● **TRY IT**
Between the line containing "v 2.772 200 -1.148" and the line containing "v -2.121 2 -2.121" lies a run of lines; give that run again exactly, with both of those lines, and nothing else from the entries below.

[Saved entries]

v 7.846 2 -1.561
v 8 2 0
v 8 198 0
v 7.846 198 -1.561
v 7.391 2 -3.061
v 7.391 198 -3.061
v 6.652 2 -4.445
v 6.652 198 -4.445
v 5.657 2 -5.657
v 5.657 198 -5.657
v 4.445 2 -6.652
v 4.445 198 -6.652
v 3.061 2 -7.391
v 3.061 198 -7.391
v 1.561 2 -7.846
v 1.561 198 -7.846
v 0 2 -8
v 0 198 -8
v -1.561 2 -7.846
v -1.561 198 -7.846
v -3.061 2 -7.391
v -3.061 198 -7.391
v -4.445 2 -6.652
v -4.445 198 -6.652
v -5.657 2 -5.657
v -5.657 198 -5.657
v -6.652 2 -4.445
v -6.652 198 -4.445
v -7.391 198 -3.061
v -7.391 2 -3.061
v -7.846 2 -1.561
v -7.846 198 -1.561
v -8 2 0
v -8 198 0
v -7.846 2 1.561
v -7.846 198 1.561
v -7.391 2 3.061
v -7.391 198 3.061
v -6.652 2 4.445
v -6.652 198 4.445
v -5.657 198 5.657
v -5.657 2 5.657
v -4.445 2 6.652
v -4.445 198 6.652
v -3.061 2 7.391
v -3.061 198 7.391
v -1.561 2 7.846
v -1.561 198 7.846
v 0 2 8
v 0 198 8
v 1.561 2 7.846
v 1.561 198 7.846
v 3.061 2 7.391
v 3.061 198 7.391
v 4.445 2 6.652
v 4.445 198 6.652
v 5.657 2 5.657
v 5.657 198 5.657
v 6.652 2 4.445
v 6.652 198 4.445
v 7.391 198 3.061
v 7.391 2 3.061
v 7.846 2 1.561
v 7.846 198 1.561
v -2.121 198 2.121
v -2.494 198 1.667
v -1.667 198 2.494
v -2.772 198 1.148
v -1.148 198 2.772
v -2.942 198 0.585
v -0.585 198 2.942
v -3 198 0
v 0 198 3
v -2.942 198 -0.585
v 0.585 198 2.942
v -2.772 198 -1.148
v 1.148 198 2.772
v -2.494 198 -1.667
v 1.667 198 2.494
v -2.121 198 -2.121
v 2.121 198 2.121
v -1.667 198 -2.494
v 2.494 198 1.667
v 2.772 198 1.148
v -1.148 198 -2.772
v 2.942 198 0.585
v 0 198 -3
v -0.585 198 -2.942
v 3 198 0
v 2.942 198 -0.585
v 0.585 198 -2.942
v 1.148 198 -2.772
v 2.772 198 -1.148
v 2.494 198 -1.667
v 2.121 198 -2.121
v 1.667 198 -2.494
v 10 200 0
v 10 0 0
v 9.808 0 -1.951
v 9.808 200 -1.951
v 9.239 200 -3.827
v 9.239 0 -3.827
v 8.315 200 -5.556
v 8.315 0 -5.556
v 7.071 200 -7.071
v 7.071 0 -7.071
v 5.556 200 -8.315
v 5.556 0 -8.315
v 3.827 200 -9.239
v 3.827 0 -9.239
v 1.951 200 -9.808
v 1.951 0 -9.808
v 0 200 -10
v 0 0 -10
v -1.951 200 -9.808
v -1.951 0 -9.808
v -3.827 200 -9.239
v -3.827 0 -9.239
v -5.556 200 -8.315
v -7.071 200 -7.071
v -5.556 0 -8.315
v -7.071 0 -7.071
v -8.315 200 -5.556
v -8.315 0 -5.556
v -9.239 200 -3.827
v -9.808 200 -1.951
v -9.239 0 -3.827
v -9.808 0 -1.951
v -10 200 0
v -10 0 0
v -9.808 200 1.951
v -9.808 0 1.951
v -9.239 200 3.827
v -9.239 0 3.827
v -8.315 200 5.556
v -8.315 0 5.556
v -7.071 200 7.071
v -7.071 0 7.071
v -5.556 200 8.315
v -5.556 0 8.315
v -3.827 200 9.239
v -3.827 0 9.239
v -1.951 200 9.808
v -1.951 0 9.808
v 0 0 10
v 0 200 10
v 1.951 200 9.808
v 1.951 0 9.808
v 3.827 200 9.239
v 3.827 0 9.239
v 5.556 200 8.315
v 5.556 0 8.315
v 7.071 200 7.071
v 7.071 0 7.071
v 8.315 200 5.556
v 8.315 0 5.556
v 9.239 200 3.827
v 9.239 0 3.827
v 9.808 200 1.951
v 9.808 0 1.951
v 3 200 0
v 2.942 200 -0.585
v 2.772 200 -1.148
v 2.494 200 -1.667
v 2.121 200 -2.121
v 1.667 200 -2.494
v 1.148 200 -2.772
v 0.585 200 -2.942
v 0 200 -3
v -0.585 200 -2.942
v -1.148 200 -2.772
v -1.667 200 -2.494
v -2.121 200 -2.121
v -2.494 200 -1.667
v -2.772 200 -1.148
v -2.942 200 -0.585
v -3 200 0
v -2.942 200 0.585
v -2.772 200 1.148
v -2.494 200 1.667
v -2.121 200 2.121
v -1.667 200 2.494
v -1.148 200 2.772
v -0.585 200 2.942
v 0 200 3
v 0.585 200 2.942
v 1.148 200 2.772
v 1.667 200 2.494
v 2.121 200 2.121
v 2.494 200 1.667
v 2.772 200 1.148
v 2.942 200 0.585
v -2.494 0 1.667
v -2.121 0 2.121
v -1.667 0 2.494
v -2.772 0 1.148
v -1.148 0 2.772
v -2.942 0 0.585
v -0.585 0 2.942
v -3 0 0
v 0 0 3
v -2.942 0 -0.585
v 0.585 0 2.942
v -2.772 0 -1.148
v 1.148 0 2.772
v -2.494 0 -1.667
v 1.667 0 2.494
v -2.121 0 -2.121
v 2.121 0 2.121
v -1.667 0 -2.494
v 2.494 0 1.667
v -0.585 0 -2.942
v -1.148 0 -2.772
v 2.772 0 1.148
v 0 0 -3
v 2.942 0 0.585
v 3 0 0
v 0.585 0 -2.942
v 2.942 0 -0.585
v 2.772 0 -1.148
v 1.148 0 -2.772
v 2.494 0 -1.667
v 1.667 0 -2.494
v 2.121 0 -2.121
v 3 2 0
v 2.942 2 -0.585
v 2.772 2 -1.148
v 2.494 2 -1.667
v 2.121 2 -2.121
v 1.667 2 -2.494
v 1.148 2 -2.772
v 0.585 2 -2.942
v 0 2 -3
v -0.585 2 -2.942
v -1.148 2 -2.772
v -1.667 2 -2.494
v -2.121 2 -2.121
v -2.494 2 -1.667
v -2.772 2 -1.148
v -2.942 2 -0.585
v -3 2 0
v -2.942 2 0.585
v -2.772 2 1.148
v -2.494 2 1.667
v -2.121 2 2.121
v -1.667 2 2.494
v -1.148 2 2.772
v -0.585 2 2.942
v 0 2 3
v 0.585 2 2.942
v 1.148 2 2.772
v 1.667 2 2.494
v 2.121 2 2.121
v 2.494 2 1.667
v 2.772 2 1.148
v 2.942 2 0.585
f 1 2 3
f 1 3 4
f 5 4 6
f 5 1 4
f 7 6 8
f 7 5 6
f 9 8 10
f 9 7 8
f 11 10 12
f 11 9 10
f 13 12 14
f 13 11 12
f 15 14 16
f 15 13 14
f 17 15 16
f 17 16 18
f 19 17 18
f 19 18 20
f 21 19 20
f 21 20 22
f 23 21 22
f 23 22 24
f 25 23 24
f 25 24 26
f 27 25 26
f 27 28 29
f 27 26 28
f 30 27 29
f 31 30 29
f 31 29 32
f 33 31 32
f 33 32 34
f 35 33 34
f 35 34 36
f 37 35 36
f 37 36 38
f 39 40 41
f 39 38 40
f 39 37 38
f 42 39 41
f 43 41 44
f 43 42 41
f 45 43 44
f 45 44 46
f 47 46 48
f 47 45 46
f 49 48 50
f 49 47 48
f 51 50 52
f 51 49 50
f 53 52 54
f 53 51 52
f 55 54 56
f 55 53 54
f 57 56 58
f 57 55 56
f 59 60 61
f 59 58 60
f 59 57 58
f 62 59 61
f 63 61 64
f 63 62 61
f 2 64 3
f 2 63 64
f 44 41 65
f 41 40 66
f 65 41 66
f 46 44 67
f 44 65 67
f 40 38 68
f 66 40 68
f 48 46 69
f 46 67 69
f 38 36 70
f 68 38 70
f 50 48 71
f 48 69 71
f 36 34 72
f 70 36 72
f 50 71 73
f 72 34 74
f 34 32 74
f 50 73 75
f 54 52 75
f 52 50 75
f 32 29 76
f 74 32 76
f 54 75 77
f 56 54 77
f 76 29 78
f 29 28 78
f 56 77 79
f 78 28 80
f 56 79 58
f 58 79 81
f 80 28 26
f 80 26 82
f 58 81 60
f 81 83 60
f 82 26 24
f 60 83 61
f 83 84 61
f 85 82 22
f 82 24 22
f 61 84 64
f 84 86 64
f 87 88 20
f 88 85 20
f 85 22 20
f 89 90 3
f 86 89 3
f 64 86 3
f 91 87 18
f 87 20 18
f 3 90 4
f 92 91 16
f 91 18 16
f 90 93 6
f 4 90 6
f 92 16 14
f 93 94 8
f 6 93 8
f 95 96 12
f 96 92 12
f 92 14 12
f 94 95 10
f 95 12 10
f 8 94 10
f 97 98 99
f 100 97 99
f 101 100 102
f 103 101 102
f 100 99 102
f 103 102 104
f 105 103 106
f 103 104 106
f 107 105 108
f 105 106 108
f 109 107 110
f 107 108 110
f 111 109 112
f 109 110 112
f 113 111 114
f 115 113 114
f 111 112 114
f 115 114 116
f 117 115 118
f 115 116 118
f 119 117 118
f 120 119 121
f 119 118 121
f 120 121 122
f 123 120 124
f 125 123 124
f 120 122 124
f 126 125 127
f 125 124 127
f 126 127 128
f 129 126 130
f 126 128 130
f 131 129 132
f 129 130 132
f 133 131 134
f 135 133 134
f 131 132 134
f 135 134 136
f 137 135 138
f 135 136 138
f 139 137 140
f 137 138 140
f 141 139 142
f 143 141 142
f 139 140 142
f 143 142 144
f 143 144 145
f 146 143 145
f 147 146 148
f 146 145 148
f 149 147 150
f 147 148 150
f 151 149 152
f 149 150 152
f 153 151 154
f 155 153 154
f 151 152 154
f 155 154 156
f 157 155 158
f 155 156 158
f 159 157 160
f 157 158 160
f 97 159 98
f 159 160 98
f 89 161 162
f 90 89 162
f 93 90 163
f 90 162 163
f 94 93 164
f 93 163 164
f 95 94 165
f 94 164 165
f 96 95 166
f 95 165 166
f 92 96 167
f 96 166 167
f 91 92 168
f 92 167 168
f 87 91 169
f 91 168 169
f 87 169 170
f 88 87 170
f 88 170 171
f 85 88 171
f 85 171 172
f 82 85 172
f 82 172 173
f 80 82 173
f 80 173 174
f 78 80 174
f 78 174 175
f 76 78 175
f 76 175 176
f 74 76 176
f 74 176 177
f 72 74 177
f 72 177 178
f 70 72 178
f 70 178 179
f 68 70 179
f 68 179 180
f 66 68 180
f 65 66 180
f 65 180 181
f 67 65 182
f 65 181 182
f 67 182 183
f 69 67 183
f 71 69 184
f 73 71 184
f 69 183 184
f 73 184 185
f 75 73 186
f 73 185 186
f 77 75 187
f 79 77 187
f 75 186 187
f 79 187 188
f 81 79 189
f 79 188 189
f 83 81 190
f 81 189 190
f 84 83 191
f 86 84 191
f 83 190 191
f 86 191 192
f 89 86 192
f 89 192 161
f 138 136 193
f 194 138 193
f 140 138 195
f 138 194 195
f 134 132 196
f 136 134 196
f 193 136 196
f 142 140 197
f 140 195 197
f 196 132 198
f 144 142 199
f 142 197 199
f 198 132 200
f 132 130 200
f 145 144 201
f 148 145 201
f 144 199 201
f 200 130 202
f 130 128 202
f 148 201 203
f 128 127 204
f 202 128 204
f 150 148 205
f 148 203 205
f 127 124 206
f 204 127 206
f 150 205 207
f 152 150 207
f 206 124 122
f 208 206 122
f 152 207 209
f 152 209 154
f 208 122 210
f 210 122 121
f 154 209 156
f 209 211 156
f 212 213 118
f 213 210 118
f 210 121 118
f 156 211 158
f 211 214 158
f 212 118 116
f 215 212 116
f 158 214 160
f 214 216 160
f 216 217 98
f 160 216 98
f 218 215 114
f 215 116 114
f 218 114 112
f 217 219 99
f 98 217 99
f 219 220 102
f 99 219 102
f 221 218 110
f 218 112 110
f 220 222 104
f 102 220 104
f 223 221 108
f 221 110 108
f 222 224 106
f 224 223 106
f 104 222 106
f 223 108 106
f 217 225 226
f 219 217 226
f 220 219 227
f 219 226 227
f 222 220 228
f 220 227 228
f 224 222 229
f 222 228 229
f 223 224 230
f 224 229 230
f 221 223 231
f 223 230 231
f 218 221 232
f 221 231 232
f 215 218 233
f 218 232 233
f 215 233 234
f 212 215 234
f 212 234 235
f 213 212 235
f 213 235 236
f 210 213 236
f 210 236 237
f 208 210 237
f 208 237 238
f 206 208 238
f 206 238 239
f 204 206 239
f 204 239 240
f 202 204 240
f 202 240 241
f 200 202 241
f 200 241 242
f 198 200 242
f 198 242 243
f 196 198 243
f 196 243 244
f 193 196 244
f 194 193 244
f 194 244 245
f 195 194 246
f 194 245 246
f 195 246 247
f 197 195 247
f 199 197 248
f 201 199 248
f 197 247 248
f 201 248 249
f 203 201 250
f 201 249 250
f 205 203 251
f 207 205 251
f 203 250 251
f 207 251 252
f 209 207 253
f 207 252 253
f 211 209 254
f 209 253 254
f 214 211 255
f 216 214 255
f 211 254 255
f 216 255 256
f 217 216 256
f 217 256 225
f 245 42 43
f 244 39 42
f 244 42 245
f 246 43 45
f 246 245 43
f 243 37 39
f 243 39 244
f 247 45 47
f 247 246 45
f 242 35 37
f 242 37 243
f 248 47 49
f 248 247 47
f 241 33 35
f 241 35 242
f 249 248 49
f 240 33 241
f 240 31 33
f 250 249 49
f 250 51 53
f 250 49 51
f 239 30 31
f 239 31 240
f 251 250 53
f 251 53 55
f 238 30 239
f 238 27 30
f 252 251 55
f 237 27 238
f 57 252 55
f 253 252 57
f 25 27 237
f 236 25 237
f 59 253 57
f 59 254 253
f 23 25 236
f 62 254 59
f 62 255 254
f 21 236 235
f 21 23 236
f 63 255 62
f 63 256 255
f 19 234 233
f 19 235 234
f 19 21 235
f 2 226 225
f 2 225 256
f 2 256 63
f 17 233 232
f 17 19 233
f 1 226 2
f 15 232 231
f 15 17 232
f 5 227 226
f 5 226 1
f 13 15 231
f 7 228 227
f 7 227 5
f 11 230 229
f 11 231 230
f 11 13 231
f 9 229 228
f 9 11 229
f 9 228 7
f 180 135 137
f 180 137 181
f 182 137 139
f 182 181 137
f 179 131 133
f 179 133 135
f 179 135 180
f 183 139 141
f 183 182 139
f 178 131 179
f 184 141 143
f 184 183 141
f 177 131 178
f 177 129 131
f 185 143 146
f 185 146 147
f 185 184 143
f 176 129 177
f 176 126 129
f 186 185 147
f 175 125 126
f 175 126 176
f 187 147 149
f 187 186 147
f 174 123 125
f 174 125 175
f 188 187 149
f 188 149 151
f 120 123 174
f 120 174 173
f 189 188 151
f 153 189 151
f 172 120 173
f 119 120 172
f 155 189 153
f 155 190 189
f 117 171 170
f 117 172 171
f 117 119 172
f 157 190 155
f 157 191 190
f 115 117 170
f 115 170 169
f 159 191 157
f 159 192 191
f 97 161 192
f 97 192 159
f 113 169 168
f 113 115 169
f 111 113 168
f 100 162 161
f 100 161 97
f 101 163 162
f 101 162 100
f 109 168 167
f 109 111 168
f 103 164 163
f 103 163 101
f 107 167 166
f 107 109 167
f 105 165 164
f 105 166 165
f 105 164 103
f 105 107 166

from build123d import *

# Parameters (mm, degrees)
SKETCH1_R               = 10
BOSS_EXTRUDE1_DEPTH     = 200
SHELL1_T                = 2
SKETCH2_R               = 3
CUT_EXTRUDE1_DEPTH      = 1
CUT_EXTRUDE1_DEPTH_BACK = 201


with BuildPart() as part:
    # Sketch1 → Boss-Extrude1 (new body)
    with BuildSketch(Plane(origin=(0, 0, 0), x_dir=(1, 0, 0), z_dir=(0, 1, 0))):
        Circle(SKETCH1_R)
    extrude(amount=BOSS_EXTRUDE1_DEPTH)

    # Shell1 (no face opened: a closed hollow body)
    add(offset(amount=-SHELL1_T, mode=Mode.PRIVATE), mode=Mode.SUBTRACT)

    # Sketch2 → Cut-Extrude1 (cut, two sides)
    with BuildSketch(Plane(origin=(0, 200, 0), x_dir=(1, 0, 0), z_dir=(0, 1, 0))) as cut_extrude1_sk:
        Circle(SKETCH2_R)
    extrude(amount=CUT_EXTRUDE1_DEPTH, mode=Mode.SUBTRACT)
    extrude(cut_extrude1_sk.sketch, amount=-CUT_EXTRUDE1_DEPTH_BACK, mode=Mode.SUBTRACT)


solid = part.part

● **RESULT OF THE EXERCISE**
v 2.772 200 -1.148
v 2.494 200 -1.667
v 2.121 200 -2.121
v 1.667 200 -2.494
v 1.148 200 -2.772
v 0.585 200 -2.942
v 0 200 -3
v -0.585 200 -2.942
v -1.148 200 -2.772
v -1.667 200 -2.494
v -2.121 200 -2.121
v -2.494 200 -1.667
v -2.772 200 -1.148
v -2.942 200 -0.585
v -3 200 0
v -2.942 200 0.585
v -2.772 200 1.148
v -2.494 200 1.667
v -2.121 200 2.121
v -1.667 200 2.494
v -1.148 200 2.772
v -0.585 200 2.942
v 0 200 3
v 0.585 200 2.942
v 1.148 200 2.772
v 1.667 200 2.494
v 2.121 200 2.121
v 2.494 200 1.667
v 2.772 200 1.148
v 2.942 200 0.585
v -2.494 0 1.667
v -2.121 0 2.121
v -1.667 0 2.494
v -2.772 0 1.148
v -1.148 0 2.772
v -2.942 0 0.585
v -0.585 0 2.942
v -3 0 0
v 0 0 3
v -2.942 0 -0.585
v 0.585 0 2.942
v -2.772 0 -1.148
v 1.148 0 2.772
v -2.494 0 -1.667
v 1.667 0 2.494
v -2.121 0 -2.121
v 2.121 0 2.121
v -1.667 0 -2.494
v 2.494 0 1.667
v -0.585 0 -2.942
v -1.148 0 -2.772
v 2.772 0 1.148
v 0 0 -3
v 2.942 0 0.585
v 3 0 0
v 0.585 0 -2.942
v 2.942 0 -0.585
v 2.772 0 -1.148
v 1.148 0 -2.772
v 2.494 0 -1.667
v 1.667 0 -2.494
v 2.121 0 -2.121
v 3 2 0
v 2.942 2 -0.585
v 2.772 2 -1.148
v 2.494 2 -1.667
v 2.121 2 -2.121
v 1.667 2 -2.494
v 1.148 2 -2.772
v 0.585 2 -2.942
v 0 2 -3
v -0.585 2 -2.942
v -1.148 2 -2.772
v -1.667 2 -2.494
v -2.121 2 -2.121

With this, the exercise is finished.